Exactly, makes you wish the professor would give up his nice cushy job in the
ivory tower, with no more fat salary, with no more health insurance...then
take a loan from Uber to buy a car and try making a living wage.

------
mschuster91
The author certainly has a couple of valid points, especially that there is a
certain amount of equality distribution and trust-breaking provided by the
"gig economy".

However, what the author totally misses is that the regulation movements are
not without merits, often due to blatant abuse and profiteering:

\- Uber gets flak because of surge pricing, whereas (at least in Germany)
taxis are mandated to provide the same price to all customers, no matter
source or destination, or the skin color or BAC of the passenger

\- AirBNB gets flak because instead of people renting out their spare rooms, a
_lot_ of "hosts" abuse the system and run straight hotels in residential
areas, with all the problems this incurs (noise, drunkards, sometimes illegal
prostitution). In addition for many years AirBNB dodged the hotel and tourist
taxes that hotels had to pay, thus depriving the cities of tax revenue.
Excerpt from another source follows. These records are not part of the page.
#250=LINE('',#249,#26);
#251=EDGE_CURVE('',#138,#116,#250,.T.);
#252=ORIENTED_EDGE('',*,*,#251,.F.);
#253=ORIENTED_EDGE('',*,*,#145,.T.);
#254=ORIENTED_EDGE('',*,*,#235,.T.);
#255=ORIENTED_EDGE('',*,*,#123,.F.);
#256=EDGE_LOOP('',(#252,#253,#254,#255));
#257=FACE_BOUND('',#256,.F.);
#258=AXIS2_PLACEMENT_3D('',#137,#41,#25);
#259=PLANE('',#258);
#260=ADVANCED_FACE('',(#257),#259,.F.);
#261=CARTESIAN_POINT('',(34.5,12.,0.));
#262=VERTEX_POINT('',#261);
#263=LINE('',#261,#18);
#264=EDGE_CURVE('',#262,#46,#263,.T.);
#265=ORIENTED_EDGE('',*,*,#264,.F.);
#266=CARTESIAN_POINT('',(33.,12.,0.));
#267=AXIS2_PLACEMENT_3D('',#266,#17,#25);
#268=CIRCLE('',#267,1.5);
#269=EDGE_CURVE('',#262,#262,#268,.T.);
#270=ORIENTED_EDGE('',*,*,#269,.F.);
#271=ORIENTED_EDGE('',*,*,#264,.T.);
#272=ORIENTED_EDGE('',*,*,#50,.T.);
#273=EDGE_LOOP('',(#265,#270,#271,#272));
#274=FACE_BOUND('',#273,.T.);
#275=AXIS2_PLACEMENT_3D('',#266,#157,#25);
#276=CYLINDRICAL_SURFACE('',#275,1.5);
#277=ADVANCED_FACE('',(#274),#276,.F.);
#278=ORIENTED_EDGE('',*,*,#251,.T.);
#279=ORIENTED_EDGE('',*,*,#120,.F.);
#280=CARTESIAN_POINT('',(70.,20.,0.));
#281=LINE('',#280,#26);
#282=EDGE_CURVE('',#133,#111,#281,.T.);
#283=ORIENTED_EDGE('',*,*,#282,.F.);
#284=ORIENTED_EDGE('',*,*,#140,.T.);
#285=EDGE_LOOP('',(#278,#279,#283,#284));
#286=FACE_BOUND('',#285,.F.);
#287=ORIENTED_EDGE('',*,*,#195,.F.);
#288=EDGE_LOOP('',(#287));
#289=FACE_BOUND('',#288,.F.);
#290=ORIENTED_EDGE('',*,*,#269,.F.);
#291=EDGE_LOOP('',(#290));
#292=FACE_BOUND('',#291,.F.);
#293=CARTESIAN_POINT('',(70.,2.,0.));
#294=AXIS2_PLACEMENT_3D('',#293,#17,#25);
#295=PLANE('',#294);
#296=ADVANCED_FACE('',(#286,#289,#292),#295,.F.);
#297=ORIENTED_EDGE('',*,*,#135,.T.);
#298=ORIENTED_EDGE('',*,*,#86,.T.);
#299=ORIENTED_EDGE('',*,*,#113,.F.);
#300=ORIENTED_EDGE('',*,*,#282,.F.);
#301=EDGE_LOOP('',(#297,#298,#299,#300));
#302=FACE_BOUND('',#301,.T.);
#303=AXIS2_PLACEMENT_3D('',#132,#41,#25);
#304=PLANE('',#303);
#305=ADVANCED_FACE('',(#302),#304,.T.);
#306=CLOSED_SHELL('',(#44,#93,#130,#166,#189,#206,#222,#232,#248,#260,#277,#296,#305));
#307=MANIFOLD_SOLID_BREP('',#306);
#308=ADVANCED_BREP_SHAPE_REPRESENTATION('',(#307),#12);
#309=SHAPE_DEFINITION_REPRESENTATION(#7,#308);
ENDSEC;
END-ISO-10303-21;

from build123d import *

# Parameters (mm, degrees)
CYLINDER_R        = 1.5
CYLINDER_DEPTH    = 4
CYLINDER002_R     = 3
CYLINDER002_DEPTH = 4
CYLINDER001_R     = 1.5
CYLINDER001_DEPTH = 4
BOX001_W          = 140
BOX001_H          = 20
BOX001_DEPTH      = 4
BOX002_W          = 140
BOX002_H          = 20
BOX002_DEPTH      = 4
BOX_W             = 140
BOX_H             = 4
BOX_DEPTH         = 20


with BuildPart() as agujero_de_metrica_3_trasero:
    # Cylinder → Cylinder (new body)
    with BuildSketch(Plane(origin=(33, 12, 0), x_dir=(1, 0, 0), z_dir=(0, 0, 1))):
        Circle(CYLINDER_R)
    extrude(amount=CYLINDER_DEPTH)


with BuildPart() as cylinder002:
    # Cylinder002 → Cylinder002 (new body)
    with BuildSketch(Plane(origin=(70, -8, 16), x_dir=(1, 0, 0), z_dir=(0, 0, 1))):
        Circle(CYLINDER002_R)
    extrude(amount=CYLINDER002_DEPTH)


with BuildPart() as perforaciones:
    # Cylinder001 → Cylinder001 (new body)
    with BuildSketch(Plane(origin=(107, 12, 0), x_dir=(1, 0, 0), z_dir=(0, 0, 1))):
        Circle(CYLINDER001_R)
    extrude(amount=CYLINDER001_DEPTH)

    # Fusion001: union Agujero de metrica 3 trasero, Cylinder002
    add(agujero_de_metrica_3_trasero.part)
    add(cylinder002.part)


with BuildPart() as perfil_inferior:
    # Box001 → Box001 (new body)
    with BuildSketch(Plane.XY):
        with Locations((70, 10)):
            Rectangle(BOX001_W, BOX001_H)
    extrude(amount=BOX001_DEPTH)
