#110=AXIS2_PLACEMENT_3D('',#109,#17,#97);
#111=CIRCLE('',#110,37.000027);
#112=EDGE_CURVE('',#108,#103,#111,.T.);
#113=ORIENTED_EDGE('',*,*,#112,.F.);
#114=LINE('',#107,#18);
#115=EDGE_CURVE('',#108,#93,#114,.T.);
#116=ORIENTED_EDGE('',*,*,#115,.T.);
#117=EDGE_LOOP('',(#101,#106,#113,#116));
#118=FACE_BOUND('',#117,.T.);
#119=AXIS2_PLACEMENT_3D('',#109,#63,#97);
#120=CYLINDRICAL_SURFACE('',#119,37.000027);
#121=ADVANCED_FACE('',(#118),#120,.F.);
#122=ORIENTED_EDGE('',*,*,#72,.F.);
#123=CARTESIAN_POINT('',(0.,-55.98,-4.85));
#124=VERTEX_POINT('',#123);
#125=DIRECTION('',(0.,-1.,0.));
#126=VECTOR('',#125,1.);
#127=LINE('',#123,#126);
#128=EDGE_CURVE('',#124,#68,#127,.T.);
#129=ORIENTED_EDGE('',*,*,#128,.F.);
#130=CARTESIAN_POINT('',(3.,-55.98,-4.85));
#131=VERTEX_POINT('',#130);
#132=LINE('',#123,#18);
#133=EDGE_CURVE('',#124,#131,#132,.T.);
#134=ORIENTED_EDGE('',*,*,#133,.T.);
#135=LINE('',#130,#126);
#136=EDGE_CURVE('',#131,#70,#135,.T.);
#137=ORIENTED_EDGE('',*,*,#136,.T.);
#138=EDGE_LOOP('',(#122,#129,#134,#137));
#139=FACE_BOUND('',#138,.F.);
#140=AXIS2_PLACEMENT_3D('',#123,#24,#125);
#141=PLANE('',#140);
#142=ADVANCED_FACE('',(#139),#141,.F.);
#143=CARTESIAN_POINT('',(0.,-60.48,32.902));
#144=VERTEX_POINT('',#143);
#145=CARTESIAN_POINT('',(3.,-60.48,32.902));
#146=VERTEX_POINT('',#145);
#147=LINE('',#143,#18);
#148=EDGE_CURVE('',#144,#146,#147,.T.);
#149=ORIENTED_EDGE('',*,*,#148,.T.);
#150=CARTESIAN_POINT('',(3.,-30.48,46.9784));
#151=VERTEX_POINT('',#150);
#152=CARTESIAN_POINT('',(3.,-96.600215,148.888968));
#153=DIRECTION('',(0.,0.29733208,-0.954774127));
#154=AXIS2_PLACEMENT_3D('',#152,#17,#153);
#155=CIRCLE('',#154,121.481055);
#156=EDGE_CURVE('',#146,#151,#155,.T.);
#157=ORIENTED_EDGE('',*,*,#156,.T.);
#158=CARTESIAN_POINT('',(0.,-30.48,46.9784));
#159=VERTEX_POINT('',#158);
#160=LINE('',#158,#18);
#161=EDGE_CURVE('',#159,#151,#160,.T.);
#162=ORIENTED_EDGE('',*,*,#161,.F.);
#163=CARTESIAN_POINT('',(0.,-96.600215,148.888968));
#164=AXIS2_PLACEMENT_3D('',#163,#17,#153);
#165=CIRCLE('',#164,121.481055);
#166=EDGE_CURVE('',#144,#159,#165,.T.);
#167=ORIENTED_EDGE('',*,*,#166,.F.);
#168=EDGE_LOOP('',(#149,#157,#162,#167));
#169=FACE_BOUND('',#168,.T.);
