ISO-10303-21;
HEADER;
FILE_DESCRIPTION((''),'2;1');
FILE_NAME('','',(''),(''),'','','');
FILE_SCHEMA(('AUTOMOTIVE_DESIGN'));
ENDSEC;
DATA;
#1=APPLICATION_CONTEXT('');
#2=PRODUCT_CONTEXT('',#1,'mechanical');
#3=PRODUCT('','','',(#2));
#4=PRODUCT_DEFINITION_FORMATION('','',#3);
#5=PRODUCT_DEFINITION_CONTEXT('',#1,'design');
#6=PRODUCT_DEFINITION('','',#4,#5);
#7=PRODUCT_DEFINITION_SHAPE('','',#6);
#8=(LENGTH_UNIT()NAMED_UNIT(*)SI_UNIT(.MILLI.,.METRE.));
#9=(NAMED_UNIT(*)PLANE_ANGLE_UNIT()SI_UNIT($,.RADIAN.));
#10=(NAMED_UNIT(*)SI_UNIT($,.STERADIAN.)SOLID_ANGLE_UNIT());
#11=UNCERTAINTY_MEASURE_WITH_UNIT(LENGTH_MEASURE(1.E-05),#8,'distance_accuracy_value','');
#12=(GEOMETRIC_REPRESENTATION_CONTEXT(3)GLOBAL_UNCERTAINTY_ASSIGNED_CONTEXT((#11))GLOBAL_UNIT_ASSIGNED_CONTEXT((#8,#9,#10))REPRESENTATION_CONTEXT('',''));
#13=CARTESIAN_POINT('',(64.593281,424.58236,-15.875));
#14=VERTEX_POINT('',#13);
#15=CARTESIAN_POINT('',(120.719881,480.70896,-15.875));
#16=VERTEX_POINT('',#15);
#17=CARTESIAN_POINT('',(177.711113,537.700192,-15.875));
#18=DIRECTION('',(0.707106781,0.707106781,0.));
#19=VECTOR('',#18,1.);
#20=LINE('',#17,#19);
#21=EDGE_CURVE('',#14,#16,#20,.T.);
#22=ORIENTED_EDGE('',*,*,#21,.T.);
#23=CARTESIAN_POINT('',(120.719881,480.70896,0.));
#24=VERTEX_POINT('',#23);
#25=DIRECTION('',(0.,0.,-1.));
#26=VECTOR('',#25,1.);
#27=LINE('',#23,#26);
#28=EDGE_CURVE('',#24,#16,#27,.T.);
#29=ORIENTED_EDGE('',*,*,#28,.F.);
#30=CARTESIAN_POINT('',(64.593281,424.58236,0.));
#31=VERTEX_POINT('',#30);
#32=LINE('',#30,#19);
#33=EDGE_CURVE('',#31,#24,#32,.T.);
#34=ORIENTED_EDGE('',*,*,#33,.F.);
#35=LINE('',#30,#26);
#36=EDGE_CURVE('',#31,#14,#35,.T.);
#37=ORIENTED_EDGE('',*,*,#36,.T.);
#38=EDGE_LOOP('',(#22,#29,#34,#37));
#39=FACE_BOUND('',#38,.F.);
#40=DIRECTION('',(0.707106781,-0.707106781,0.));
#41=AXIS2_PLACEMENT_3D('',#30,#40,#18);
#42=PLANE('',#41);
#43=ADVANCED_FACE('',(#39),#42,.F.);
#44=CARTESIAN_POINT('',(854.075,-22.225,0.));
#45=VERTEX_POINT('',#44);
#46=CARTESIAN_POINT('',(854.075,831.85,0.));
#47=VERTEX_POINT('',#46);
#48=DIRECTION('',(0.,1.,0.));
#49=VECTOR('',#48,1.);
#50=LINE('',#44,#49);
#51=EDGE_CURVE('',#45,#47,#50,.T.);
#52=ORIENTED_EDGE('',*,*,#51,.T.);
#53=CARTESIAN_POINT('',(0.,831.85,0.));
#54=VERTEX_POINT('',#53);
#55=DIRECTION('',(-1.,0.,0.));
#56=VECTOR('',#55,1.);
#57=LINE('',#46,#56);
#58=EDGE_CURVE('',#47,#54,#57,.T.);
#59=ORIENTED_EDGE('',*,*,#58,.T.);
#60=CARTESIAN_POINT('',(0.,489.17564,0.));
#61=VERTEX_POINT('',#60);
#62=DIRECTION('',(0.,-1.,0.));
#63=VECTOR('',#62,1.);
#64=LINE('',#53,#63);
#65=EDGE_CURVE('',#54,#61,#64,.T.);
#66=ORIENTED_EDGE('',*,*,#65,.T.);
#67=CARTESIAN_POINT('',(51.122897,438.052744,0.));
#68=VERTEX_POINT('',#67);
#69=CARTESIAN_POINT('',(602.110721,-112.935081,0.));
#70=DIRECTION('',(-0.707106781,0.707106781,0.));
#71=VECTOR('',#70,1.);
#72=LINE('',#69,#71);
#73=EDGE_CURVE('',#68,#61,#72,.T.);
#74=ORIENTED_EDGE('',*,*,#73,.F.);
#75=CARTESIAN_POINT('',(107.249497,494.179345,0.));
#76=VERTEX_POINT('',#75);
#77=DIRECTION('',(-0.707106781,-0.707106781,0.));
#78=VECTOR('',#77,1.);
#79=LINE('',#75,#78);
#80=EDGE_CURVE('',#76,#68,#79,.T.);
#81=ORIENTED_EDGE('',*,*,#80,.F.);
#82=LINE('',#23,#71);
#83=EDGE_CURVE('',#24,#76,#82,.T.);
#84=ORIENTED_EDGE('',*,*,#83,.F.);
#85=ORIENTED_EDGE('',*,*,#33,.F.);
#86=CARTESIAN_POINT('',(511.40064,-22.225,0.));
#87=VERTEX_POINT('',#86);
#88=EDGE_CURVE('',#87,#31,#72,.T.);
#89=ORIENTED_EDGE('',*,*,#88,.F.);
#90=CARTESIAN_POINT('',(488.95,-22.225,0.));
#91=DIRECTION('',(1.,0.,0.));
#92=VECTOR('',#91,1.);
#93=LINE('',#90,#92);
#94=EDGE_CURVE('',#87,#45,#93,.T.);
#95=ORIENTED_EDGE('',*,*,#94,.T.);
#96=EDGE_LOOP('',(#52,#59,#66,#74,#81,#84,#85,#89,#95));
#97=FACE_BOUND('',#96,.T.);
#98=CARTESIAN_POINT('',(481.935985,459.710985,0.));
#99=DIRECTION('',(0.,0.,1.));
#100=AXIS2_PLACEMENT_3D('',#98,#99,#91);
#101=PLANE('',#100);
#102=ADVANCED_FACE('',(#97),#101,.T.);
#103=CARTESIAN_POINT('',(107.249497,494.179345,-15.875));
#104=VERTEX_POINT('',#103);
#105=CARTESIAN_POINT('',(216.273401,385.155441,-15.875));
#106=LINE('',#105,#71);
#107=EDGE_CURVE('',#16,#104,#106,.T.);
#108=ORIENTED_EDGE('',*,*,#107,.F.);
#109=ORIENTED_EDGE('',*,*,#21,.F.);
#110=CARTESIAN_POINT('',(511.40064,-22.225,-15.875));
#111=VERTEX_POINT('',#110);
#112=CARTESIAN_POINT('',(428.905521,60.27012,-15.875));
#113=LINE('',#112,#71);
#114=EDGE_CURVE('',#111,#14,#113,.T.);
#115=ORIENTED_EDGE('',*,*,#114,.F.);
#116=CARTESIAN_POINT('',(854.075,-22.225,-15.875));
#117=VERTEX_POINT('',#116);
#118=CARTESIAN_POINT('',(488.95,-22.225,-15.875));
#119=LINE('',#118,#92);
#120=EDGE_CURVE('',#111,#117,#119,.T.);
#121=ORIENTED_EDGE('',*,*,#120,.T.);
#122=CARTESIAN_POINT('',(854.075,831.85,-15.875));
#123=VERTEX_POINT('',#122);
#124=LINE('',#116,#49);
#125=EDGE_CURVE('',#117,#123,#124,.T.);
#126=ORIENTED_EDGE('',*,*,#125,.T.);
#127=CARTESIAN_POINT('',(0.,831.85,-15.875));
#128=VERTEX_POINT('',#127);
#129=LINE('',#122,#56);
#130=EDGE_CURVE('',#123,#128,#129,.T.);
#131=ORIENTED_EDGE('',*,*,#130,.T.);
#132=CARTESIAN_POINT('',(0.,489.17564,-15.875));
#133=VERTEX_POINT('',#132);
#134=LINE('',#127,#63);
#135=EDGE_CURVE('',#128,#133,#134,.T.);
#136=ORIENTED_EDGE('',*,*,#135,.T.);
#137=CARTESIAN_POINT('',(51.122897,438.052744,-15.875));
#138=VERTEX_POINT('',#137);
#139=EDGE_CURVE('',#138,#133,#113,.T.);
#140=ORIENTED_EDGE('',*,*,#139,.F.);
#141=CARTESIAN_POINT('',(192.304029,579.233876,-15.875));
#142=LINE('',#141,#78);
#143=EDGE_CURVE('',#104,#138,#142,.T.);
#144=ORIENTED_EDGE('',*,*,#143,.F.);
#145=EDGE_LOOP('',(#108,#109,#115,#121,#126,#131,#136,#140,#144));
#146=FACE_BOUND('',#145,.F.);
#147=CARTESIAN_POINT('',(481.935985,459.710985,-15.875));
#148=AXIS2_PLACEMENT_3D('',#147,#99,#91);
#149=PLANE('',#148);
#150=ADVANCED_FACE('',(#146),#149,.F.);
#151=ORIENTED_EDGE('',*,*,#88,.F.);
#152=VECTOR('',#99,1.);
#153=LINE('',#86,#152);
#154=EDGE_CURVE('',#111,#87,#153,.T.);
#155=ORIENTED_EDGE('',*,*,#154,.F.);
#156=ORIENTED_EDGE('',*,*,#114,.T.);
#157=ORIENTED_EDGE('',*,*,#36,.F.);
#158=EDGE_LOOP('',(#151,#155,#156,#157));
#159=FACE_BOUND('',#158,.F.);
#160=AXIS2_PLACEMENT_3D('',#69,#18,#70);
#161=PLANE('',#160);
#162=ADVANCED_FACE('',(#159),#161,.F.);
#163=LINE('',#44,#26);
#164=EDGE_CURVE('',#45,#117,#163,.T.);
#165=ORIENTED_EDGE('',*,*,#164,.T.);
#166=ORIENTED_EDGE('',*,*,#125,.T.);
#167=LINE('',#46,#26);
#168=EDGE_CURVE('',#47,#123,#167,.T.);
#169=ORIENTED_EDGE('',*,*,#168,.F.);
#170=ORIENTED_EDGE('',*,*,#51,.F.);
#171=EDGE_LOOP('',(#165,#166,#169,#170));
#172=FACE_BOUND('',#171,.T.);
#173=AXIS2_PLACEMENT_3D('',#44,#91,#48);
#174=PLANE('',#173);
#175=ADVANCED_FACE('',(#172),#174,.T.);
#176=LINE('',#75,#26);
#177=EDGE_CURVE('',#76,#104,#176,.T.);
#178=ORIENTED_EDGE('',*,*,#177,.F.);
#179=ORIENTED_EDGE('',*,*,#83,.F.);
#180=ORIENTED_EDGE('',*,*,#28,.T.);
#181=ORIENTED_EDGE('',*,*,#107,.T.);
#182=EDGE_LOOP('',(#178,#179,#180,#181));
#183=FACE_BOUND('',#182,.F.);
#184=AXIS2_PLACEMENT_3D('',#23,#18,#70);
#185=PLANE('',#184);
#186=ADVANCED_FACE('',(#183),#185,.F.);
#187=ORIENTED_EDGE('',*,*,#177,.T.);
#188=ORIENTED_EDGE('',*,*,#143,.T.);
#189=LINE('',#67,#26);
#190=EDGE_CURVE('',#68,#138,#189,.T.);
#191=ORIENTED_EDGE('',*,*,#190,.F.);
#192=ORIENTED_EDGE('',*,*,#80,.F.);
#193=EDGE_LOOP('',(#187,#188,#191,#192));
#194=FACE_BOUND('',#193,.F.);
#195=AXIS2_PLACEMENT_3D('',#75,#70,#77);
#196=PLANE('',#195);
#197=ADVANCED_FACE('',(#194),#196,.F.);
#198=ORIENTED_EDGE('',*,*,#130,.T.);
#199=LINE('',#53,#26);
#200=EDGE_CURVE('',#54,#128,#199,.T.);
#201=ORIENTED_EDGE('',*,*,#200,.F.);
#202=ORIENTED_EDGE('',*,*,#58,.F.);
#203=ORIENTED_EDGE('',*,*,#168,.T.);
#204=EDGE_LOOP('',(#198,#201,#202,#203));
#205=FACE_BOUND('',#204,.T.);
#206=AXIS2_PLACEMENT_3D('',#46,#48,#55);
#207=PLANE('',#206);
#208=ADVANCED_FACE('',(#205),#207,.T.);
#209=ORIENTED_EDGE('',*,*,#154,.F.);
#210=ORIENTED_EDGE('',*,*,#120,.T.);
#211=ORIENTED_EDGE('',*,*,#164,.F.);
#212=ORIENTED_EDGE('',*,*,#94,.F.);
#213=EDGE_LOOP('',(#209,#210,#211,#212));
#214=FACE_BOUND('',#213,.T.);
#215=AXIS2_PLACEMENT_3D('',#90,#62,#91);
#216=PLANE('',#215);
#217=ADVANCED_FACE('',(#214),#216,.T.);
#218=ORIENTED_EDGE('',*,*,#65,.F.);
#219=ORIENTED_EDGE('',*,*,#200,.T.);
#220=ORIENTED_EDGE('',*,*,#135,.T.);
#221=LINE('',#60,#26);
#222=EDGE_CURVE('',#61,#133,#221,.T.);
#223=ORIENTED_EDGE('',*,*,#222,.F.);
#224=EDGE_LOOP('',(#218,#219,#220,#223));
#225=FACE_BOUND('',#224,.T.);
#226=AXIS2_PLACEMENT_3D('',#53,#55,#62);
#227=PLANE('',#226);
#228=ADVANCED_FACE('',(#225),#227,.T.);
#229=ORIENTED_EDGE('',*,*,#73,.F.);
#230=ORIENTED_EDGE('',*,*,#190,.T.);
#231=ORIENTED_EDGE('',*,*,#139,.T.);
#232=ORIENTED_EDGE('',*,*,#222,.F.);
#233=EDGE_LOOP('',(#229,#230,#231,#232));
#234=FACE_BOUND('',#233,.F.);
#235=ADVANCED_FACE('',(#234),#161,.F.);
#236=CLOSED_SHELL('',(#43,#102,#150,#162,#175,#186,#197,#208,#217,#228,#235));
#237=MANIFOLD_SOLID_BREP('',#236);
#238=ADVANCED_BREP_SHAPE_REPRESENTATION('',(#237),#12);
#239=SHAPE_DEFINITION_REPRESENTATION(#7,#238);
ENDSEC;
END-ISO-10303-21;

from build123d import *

# Parameters (mm, degrees)
F1_DEPTH = 15.875
F3_DEPTH = 25.4
F5_DEPTH = 25.4


with BuildPart() as f1:
    # F0 (on Top) → F1 (new body)
    with BuildSketch(Plane.XY):
        Polygon((0, 466.725), (488.95, -22.225), (854.075, -22.225), (854.075, 831.85), (0, 831.85), align=None)
    extrude(amount=-F1_DEPTH)

    # F2 (on face) → F3 (cut)
    with BuildSketch(Plane.XY):
        Polygon((-101.9354011834, 568.6604011834), (244.475, 222.25), (590.8854011834, -124.1604011834), (602.1107213347, -112.935081032), (257.2878201513, 231.8878201513), (254.1128201513, 235.0628201513), (-90.710081032, 579.8857213347), align=None)
    extrude(amount=-F3_DEPTH, mode=Mode.SUBTRACT)

    # F4 (on face) → F5 (cut)
    with BuildSketch(Plane.XY):
        Polygon((107.249497258, 494.179344558), (51.1228965013, 438.0527438014), (64.5932806829, 424.5823596198), (120.7198814396, 480.7089603764), align=None)
    extrude(amount=-F5_DEPTH, mode=Mode.SUBTRACT)


solid = f1.part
\- Google, well, is Google - their customer service is non-existing unless you
are handing them over dollars (which isn't even possible for many services).

\- Facebook/Twitter/Youtube... same problem and their "algorithms" were abused
by hackers and right wing trolls to feed the population vile conspiracy
theories and xenophobia.

Turns out that the state _does_ have to provide regulatory frameworks or the
"free market" will simply screw over the weakest people in society.

------
berbec
I was interested in what he had to say until I got to:

"California imposed costly and complex regulations on the voluntary exchange
of data with such services as Facebook and Google."

Righttttt......

------
PrettyPastry
Let’s not forget Time was purchased by major right wing political influencers.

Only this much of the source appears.